What does Luke 13:33 mean?
Jesus is talking to Pharisees who have warned Him to flee because Herod Antipas wants to kill Him (Luke 13:31–32). This is not a good-faith warning. More likely, it is some combination of taunting and a threat. Again, Jesus uses a curious phrase referencing three days: today, tomorrow, and the next day. In the previous verse, Jesus used it to describe when He would complete His work. Now He uses it to say when He will complete His journey to the place where His work will be completed.This is clearly a figure of speech, but in this exact application, scholars aren't sure what Jesus means, other than a short amount of time. It may obliquely refer to the three days He was in the grave and rose on the third day. It doesn't literally mean the time from this encounter until Jesus enters Jerusalem.
The Old Testament carries a pattern with time and threes. In many places, three days is the period during which a matter is decided, the resolution coming upon the third day (Genesis 40:12–13, 18:19; Exodus 15:22–24; Ezra 8:15, 32; 10:8; Nehemiah 2:11). If Jesus' words echo that idea, He is saying that He has a set amount of time in which to work before a resolution takes place: His entrance into Jerusalem. He isn't worried about Antipas; He has not yet finished His Father's business of "[casting] out demons and [performing] cures" (Luke 13:32), so His life is safe. On the symbolic third day, Antipas will have his chance (Luke 23:6–12).
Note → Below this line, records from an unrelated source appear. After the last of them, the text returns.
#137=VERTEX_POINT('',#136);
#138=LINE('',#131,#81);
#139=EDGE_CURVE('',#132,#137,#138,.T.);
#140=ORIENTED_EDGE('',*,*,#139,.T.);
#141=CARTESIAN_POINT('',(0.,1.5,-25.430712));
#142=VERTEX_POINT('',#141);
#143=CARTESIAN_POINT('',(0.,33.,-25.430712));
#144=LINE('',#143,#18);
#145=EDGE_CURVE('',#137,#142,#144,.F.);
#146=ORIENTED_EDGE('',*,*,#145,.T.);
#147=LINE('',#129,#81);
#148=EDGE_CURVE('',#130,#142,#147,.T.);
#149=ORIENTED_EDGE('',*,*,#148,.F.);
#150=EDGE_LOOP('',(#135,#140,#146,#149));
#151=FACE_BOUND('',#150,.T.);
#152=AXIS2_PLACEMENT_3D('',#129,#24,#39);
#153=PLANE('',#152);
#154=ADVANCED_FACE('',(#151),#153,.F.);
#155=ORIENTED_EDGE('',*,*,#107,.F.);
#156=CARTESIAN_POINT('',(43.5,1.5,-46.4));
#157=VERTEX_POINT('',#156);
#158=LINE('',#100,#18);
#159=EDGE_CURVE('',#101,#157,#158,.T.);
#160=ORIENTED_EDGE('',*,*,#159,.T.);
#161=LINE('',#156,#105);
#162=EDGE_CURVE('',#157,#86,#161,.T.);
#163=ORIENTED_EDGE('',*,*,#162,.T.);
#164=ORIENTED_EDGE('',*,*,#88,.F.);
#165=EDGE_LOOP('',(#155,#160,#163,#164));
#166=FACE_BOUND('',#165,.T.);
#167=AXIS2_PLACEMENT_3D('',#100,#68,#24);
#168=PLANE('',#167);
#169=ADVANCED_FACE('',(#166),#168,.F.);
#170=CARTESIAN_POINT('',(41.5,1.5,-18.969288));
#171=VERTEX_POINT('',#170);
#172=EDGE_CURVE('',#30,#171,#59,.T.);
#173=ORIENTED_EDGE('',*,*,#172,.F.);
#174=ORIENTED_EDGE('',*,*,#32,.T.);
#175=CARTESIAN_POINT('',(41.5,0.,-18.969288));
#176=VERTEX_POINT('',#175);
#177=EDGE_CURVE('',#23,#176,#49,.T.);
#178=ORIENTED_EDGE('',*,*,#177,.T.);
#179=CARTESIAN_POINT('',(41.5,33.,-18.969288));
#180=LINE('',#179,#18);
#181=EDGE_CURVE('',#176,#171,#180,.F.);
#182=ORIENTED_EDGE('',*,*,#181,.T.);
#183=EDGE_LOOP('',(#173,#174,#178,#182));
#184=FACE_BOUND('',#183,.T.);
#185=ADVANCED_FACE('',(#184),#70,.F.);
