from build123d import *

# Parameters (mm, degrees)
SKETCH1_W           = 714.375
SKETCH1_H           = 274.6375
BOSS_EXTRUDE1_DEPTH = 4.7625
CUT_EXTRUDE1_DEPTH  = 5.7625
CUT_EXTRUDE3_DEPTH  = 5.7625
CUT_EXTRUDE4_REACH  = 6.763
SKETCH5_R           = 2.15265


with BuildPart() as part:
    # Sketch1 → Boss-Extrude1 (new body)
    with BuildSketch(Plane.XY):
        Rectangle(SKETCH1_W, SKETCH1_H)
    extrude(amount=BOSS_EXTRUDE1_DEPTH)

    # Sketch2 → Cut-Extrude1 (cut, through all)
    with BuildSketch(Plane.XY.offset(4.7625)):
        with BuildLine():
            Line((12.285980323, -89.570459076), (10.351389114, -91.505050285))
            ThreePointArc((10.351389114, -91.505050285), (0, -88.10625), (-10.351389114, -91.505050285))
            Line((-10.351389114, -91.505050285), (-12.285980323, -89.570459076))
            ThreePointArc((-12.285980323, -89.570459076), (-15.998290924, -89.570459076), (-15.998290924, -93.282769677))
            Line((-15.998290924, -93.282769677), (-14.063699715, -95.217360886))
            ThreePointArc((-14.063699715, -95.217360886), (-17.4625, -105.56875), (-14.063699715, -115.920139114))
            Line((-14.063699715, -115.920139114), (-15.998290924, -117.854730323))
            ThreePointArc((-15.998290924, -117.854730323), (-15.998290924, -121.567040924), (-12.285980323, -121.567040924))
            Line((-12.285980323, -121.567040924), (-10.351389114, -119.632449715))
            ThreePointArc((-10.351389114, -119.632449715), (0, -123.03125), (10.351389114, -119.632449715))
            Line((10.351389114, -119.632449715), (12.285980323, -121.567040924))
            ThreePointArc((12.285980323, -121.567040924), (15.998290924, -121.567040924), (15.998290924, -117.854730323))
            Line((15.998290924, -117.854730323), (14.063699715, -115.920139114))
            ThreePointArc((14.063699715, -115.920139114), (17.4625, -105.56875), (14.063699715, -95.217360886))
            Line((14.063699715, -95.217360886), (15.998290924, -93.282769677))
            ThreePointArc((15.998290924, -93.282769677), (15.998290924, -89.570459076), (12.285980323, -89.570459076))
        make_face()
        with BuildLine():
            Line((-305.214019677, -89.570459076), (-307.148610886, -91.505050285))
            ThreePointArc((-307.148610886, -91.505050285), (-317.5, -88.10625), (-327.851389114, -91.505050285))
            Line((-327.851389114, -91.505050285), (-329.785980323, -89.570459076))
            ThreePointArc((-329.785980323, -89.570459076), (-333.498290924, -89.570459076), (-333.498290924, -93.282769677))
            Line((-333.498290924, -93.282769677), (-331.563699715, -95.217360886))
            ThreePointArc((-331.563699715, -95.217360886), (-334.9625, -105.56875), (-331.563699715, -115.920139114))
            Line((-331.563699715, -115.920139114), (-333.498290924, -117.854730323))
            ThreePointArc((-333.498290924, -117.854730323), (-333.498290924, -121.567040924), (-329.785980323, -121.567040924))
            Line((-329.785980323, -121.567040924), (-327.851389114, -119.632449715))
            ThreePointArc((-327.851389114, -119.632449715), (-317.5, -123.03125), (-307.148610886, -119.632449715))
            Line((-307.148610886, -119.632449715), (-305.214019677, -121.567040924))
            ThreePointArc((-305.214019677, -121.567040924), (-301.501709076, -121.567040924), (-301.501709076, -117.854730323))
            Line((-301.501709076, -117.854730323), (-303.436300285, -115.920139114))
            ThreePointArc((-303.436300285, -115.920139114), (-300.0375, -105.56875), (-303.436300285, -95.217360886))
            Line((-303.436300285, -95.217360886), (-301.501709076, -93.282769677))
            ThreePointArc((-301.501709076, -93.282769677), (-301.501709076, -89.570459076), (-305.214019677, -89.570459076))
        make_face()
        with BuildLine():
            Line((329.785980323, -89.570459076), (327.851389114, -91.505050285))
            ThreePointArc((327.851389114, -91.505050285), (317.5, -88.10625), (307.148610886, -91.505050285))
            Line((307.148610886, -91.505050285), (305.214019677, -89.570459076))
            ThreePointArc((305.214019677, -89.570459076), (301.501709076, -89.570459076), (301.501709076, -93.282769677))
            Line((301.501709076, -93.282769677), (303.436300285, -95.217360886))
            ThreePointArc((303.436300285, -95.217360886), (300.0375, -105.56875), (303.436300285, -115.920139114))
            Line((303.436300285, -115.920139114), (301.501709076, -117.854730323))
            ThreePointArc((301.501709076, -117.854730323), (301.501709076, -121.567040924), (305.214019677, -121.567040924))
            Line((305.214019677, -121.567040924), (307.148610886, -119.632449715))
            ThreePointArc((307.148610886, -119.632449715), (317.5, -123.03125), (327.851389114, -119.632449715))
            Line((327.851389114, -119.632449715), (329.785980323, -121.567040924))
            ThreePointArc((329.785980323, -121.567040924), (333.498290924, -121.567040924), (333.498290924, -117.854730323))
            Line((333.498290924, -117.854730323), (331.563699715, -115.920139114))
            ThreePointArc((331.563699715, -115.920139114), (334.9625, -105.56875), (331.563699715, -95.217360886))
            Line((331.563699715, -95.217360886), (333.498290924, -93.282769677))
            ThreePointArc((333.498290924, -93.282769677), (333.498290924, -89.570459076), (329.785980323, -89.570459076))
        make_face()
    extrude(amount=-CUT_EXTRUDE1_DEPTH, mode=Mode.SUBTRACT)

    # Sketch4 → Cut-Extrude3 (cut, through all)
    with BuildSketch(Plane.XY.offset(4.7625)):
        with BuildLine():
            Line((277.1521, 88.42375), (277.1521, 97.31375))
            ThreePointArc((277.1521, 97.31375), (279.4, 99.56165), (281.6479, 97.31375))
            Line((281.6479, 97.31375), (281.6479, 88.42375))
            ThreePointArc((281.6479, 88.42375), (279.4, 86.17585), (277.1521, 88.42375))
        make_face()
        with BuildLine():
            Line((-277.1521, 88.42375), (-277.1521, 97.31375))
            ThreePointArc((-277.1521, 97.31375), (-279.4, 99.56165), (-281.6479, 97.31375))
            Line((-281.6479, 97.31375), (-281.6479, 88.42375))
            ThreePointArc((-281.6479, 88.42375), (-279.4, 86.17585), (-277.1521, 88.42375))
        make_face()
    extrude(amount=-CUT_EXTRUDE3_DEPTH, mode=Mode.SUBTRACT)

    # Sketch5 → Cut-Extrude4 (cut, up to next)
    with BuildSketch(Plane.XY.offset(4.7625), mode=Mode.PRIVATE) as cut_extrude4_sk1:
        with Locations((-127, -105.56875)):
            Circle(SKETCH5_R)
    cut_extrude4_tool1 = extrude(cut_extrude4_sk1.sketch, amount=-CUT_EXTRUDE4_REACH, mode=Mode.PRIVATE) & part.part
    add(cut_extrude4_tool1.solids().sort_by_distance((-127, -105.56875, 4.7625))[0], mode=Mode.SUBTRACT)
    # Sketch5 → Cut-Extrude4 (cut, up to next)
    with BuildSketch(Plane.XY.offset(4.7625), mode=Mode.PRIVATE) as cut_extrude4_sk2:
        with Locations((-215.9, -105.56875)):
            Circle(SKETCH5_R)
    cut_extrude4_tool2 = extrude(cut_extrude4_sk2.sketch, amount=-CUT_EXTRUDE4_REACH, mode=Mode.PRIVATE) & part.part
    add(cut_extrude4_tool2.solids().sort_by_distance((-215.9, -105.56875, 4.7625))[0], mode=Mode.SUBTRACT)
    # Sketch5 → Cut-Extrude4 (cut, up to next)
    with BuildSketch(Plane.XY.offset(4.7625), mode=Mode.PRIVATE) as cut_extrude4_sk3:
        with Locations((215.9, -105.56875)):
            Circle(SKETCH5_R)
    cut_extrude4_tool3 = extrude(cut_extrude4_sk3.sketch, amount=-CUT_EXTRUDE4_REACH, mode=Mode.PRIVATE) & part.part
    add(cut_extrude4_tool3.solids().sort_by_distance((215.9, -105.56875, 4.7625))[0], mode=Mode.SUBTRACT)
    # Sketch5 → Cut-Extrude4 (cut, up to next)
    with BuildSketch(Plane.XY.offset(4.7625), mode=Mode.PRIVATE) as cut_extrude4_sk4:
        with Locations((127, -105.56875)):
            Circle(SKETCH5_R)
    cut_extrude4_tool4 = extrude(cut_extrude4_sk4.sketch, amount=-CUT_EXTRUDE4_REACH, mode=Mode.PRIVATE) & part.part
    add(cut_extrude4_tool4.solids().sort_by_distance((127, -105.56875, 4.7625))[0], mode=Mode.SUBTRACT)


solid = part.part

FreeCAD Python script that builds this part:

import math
import FreeCAD as App
import Part
import Sketcher
from FreeCAD import Vector
Q = App.Units.Quantity

doc = App.newDocument("Part")
body = doc.addObject("PartDesign::Body", "Body")

sketch1 = body.newObject("Sketcher::SketchObject", "Sketch")
sketch1.AttachmentSupport = (doc.getObject("XY_Plane"), [""])
sketch1.MapMode = "FlatFace"
sketch1.addGeometry([
    Part.LineSegment(Vector(-357, 137, 0), Vector(-357, -137, 0)),
    Part.LineSegment(Vector(-357, -137, 0), Vector(357, -137, 0)),
    Part.LineSegment(Vector(357, -137, 0), Vector(357, 137, 0)),
    Part.LineSegment(Vector(357, 137, 0), Vector(-357, 137, 0)),
], False)
sketch1.addConstraint([
    Sketcher.Constraint("Coincident", 0, 2, 1, 1),
    Sketcher.Constraint("Coincident", 1, 2, 2, 1),
    Sketcher.Constraint("Coincident", 2, 2, 3, 1),
    Sketcher.Constraint("Coincident", 3, 2, 0, 1),
    Sketcher.Constraint("Vertical", 0),
    Sketcher.Constraint("Horizontal", 1),
    Sketcher.Constraint("Vertical", 2),
    Sketcher.Constraint("Horizontal", 3),
    Sketcher.Constraint("Symmetric", 0, 2, 2, 2, -1, 1),
    Sketcher.Constraint("DistanceX", 1, 1, 1, 2, Q("28.125 in")),
    Sketcher.Constraint("DistanceY", 0, 2, 0, 1, Q("10.8125 in")),
])
pad1 = body.newObject("PartDesign::Pad", "Pad")
pad1.Profile = sketch1
pad1.Length = Q("0.1875 in")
Jesus' comment about the perishing prophets, however, doesn't refer to Antipas but to the Pharisees. Not long ago, He told a room full of Pharisees and their lawyers what He thought of their piety. They follow the laws that made them look good but neglect those that show love or promote truth. Of the lawyers, otherwise known as scribes, He said that because they hide the truth that the prophets spoke about, they are as guilty as their forebears who murdered those prophets (Luke 11:47–52). Like Jerusalem itself, they are worthy of judgment (Luke 13:34).
Jesus does die in Jerusalem, but not all the Old Testament prophets did. Metaphorically, however, many were killed by the Jewish religious leadership that was based in Jerusalem.